Author Topic: Escaped Sheep  (Read 9078 times)

Cuddles

  • Joined Feb 2014
Escaped Sheep
« on: December 22, 2014, 07:28:26 pm »
So a couple of my ram lambs decided to escape from their field yesterday and we're found by a neighbour close to his house.  He didn't know where they were from so put them back into a field beside his house.  It turns out that this field was owned by by a different farmer who is now making noises about sending me a bill for the ram lambs "spoiling" his pedigree flock of ewe lambs!  Still with me??

As a newbie to keeping live stock and to the area I think he is at it but I'm not sure what the actual laws are?  Am I actually liable for anything??

The lambs haven't been castrated as they were meant to go to the abattoir earlier this year but we're too small.

Thanks in advance
Cuddles

Anke

  • Joined Dec 2009
  • St Boswells, Scottish Borders
Re: Escaped Sheep
« Reply #1 on: December 23, 2014, 12:57:36 pm »
Well the farmer is probably right - I would be livid if a tup (lamb or fully grown) would get into a field with my pedigree girls.
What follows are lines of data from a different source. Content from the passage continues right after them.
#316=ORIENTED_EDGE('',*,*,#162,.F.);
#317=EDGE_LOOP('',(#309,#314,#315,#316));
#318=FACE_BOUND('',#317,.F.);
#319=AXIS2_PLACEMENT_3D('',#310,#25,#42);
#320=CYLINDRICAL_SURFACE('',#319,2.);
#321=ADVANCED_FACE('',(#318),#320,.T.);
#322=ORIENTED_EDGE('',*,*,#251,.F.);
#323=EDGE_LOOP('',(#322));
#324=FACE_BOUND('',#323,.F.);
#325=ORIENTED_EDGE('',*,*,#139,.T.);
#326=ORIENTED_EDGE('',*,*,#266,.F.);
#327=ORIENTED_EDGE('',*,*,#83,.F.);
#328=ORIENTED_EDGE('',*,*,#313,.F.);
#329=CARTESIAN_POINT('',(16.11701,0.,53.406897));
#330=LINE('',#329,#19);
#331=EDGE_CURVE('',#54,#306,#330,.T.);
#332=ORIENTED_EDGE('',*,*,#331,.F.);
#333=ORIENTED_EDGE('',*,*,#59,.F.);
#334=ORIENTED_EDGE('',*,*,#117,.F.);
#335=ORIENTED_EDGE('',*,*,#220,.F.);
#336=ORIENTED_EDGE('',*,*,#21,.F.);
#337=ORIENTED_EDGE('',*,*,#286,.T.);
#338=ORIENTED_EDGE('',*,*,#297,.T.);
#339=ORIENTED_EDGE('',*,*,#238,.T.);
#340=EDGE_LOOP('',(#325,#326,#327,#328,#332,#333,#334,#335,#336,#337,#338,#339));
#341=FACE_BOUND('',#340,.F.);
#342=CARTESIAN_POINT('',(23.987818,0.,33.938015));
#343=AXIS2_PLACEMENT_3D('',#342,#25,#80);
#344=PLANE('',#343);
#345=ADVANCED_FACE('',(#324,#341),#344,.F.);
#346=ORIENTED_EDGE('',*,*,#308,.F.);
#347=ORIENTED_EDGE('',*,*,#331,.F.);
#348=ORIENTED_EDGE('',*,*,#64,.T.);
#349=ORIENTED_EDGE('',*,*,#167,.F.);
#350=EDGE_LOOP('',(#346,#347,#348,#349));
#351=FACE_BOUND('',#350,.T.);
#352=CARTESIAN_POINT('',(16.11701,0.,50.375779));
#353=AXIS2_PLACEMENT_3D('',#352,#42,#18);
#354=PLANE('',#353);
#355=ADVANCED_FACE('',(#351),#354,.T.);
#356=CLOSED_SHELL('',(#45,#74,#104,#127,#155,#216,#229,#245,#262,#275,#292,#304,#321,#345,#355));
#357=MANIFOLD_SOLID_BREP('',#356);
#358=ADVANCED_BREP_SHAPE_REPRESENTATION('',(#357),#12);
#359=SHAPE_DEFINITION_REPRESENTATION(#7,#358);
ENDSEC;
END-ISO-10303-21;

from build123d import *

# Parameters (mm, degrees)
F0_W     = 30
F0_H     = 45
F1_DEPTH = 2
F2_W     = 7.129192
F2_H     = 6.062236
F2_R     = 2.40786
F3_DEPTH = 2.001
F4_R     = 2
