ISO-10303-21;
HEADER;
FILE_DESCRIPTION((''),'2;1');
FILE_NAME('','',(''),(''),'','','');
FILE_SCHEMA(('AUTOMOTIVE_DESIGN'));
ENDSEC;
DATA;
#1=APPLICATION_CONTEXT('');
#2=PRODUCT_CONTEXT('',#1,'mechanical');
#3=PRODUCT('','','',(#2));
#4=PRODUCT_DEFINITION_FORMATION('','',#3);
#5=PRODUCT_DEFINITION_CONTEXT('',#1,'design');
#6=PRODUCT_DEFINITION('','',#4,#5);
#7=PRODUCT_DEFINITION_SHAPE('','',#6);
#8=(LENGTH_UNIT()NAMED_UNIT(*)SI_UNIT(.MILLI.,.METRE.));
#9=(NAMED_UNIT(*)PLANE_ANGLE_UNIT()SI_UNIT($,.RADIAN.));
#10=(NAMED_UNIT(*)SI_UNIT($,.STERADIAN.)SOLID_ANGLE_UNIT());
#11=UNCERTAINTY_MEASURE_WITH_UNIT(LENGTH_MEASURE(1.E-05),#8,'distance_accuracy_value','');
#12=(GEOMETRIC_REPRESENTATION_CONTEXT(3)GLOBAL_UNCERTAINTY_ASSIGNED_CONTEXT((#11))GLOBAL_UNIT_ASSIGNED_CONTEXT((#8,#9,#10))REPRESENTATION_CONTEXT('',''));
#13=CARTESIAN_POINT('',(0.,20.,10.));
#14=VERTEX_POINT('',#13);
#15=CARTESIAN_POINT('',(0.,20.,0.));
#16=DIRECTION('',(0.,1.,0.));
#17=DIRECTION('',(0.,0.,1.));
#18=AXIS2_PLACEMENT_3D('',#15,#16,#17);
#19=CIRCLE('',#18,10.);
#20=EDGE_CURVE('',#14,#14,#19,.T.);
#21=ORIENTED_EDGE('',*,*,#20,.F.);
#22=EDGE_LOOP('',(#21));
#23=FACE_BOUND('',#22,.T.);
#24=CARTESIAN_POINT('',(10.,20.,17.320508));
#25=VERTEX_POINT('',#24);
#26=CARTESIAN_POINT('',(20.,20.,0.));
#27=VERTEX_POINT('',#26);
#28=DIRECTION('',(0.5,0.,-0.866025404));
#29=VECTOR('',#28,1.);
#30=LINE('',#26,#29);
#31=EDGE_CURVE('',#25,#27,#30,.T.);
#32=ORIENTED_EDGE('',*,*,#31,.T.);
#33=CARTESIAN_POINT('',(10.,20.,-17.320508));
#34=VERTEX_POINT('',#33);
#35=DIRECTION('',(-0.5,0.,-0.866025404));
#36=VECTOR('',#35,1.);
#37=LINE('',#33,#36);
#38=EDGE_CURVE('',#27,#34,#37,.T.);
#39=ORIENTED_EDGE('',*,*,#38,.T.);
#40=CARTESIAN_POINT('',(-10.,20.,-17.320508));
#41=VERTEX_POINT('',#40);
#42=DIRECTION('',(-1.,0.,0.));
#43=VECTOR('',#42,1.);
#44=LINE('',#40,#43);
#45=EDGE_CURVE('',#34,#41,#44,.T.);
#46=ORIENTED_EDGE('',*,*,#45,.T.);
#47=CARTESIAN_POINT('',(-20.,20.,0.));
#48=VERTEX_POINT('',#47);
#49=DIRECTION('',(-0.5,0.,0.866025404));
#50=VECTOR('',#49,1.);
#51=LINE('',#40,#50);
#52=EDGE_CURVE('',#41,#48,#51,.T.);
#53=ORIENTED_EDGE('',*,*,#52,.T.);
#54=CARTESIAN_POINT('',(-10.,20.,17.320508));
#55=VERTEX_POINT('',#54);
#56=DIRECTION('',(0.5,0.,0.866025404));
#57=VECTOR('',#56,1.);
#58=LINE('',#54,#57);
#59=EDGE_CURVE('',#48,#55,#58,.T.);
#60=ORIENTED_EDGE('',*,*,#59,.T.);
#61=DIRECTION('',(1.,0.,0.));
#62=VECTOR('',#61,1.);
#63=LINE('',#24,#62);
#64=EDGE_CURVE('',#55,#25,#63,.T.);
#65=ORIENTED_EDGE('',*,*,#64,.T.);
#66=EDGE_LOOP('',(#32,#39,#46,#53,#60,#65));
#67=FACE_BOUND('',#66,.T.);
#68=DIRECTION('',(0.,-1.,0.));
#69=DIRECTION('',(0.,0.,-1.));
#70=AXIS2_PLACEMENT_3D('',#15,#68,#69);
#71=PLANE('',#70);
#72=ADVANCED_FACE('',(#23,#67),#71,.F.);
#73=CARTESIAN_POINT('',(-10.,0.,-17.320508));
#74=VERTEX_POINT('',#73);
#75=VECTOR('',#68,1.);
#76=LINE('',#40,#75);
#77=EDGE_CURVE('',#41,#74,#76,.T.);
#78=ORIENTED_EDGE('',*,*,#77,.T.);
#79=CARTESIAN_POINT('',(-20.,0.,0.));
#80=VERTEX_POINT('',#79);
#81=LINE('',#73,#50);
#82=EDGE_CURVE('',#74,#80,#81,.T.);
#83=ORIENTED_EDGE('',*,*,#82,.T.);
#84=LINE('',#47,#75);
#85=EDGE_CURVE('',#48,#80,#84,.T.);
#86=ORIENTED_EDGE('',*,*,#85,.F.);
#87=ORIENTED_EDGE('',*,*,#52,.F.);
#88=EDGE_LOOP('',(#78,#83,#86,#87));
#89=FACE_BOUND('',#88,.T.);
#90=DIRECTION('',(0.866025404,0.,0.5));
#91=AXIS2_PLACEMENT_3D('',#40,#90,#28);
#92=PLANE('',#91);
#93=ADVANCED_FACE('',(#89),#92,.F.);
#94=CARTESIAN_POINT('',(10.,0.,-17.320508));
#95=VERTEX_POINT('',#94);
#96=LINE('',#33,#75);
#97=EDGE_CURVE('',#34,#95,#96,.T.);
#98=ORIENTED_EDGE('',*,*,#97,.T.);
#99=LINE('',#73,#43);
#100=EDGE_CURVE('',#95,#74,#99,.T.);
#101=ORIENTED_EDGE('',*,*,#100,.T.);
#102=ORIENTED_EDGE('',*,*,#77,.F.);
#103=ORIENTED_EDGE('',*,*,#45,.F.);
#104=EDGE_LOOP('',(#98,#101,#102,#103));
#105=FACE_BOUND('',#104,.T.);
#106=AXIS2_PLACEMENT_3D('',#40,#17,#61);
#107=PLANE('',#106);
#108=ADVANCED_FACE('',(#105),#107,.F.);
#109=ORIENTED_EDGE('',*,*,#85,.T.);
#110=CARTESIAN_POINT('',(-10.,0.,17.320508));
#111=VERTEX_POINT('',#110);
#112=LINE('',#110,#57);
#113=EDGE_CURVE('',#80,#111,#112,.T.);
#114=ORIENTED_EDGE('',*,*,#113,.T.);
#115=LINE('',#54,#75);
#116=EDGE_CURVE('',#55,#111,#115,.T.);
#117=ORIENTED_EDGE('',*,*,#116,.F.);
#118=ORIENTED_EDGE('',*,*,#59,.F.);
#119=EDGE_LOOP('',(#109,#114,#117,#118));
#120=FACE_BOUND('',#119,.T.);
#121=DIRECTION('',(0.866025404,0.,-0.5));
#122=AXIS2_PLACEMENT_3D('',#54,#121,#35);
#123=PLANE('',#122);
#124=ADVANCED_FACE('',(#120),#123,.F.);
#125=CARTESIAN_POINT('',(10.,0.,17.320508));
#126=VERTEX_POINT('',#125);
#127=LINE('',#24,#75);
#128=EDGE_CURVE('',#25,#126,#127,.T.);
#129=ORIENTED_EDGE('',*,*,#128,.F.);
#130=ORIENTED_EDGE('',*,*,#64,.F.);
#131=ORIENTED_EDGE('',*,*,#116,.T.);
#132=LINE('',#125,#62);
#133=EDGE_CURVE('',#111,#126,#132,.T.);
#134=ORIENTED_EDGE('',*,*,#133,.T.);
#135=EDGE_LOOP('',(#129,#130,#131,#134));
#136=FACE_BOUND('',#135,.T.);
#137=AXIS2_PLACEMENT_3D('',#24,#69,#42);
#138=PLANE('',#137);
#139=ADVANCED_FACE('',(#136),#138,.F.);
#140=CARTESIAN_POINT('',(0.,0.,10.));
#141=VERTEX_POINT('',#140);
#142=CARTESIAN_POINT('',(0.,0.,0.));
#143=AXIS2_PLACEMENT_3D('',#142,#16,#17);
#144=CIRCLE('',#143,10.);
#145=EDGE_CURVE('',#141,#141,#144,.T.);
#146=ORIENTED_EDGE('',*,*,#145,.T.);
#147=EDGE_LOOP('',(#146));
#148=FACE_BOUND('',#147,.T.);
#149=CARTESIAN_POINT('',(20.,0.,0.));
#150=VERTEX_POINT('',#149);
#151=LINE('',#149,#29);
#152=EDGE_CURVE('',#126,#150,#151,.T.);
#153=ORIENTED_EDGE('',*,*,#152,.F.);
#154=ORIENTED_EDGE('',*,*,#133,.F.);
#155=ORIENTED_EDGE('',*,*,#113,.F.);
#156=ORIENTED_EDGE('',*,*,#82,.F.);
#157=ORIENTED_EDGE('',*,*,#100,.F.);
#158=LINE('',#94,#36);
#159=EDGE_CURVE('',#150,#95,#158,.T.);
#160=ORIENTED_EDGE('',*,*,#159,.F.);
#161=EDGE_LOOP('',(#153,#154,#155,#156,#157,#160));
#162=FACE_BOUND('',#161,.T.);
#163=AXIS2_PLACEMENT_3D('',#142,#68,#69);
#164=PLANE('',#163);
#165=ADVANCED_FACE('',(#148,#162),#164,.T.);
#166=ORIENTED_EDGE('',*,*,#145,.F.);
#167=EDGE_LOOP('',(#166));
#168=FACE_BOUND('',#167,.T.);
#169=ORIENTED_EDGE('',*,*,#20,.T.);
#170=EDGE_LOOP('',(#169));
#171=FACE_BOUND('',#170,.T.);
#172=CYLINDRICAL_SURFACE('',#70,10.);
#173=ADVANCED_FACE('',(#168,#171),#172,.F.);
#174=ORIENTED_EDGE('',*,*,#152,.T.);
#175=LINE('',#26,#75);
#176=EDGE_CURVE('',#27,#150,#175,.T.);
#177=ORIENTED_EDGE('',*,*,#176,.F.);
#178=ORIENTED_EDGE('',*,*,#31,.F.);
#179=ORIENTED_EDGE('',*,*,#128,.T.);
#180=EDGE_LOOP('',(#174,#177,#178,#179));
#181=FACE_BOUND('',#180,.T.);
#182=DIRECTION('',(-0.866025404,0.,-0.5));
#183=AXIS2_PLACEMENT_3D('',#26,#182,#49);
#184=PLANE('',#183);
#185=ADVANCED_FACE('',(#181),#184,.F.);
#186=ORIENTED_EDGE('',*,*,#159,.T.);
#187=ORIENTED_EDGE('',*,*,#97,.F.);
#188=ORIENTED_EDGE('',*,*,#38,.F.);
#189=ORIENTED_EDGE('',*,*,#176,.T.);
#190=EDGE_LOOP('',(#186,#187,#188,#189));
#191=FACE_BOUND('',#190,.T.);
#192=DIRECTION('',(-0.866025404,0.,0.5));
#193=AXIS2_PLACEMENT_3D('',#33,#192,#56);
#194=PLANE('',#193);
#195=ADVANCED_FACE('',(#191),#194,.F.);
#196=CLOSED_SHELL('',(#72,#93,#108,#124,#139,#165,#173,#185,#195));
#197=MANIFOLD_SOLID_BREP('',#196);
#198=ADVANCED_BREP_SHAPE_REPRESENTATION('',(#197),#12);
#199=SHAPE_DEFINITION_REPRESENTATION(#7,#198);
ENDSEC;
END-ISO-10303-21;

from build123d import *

# Parameters (mm, degrees)
ESQUISSE1_R        = 10
BOSS_EXTRU_1_DEPTH = 20


with BuildPart() as part:
    # Esquisse1 → Boss.-Extru.1 (new body)
    with BuildSketch(Plane(origin=(0, 0, 0), x_dir=(1, 0, 0), z_dir=(0, 1, 0))):
        Polygon((-10, 17.320508076), (10, 17.320508076), (20, 0), (10, -17.320508076), (-10, -17.320508076), (-20, 0), align=None)
        with Locations(Location((0, 0, 0), (0, 0, 270))):
            Circle(ESQUISSE1_R, mode=Mode.SUBTRACT)
    extrude(amount=BOSS_EXTRU_1_DEPTH)


solid = part.part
Although, given that yours were in less than 24 hours and depending how many girls were there, I should think you can ask to wait and see if any lamb 146 days from now.

For the future it is always better to castrate any ram lamb UNLESS you are 100% sure they are gone from your fields by late September.... the growth difference you get by leaving them entire does usually not justify the risk of them not getting to size and then becoming a nuisance if needing to be kept over winter...

SallyintNorth

  • Joined Feb 2011
  • Cornwall
  • Rarely short of an opinion but I mean well
Re: Escaped Sheep
« Reply #2 on: December 23, 2014, 01:06:49 pm »
I completely agree with Anke on all counts. 

And yes, the farmer could be at you for compensation if any of his ewes are in lamb to your tup lambs.  However, as Anke says, it's unlikely to be a huge number, as they wouldn't all have been cycling on the day it happened.  Hopefully you have some insurance, so you would only be liable for any excess.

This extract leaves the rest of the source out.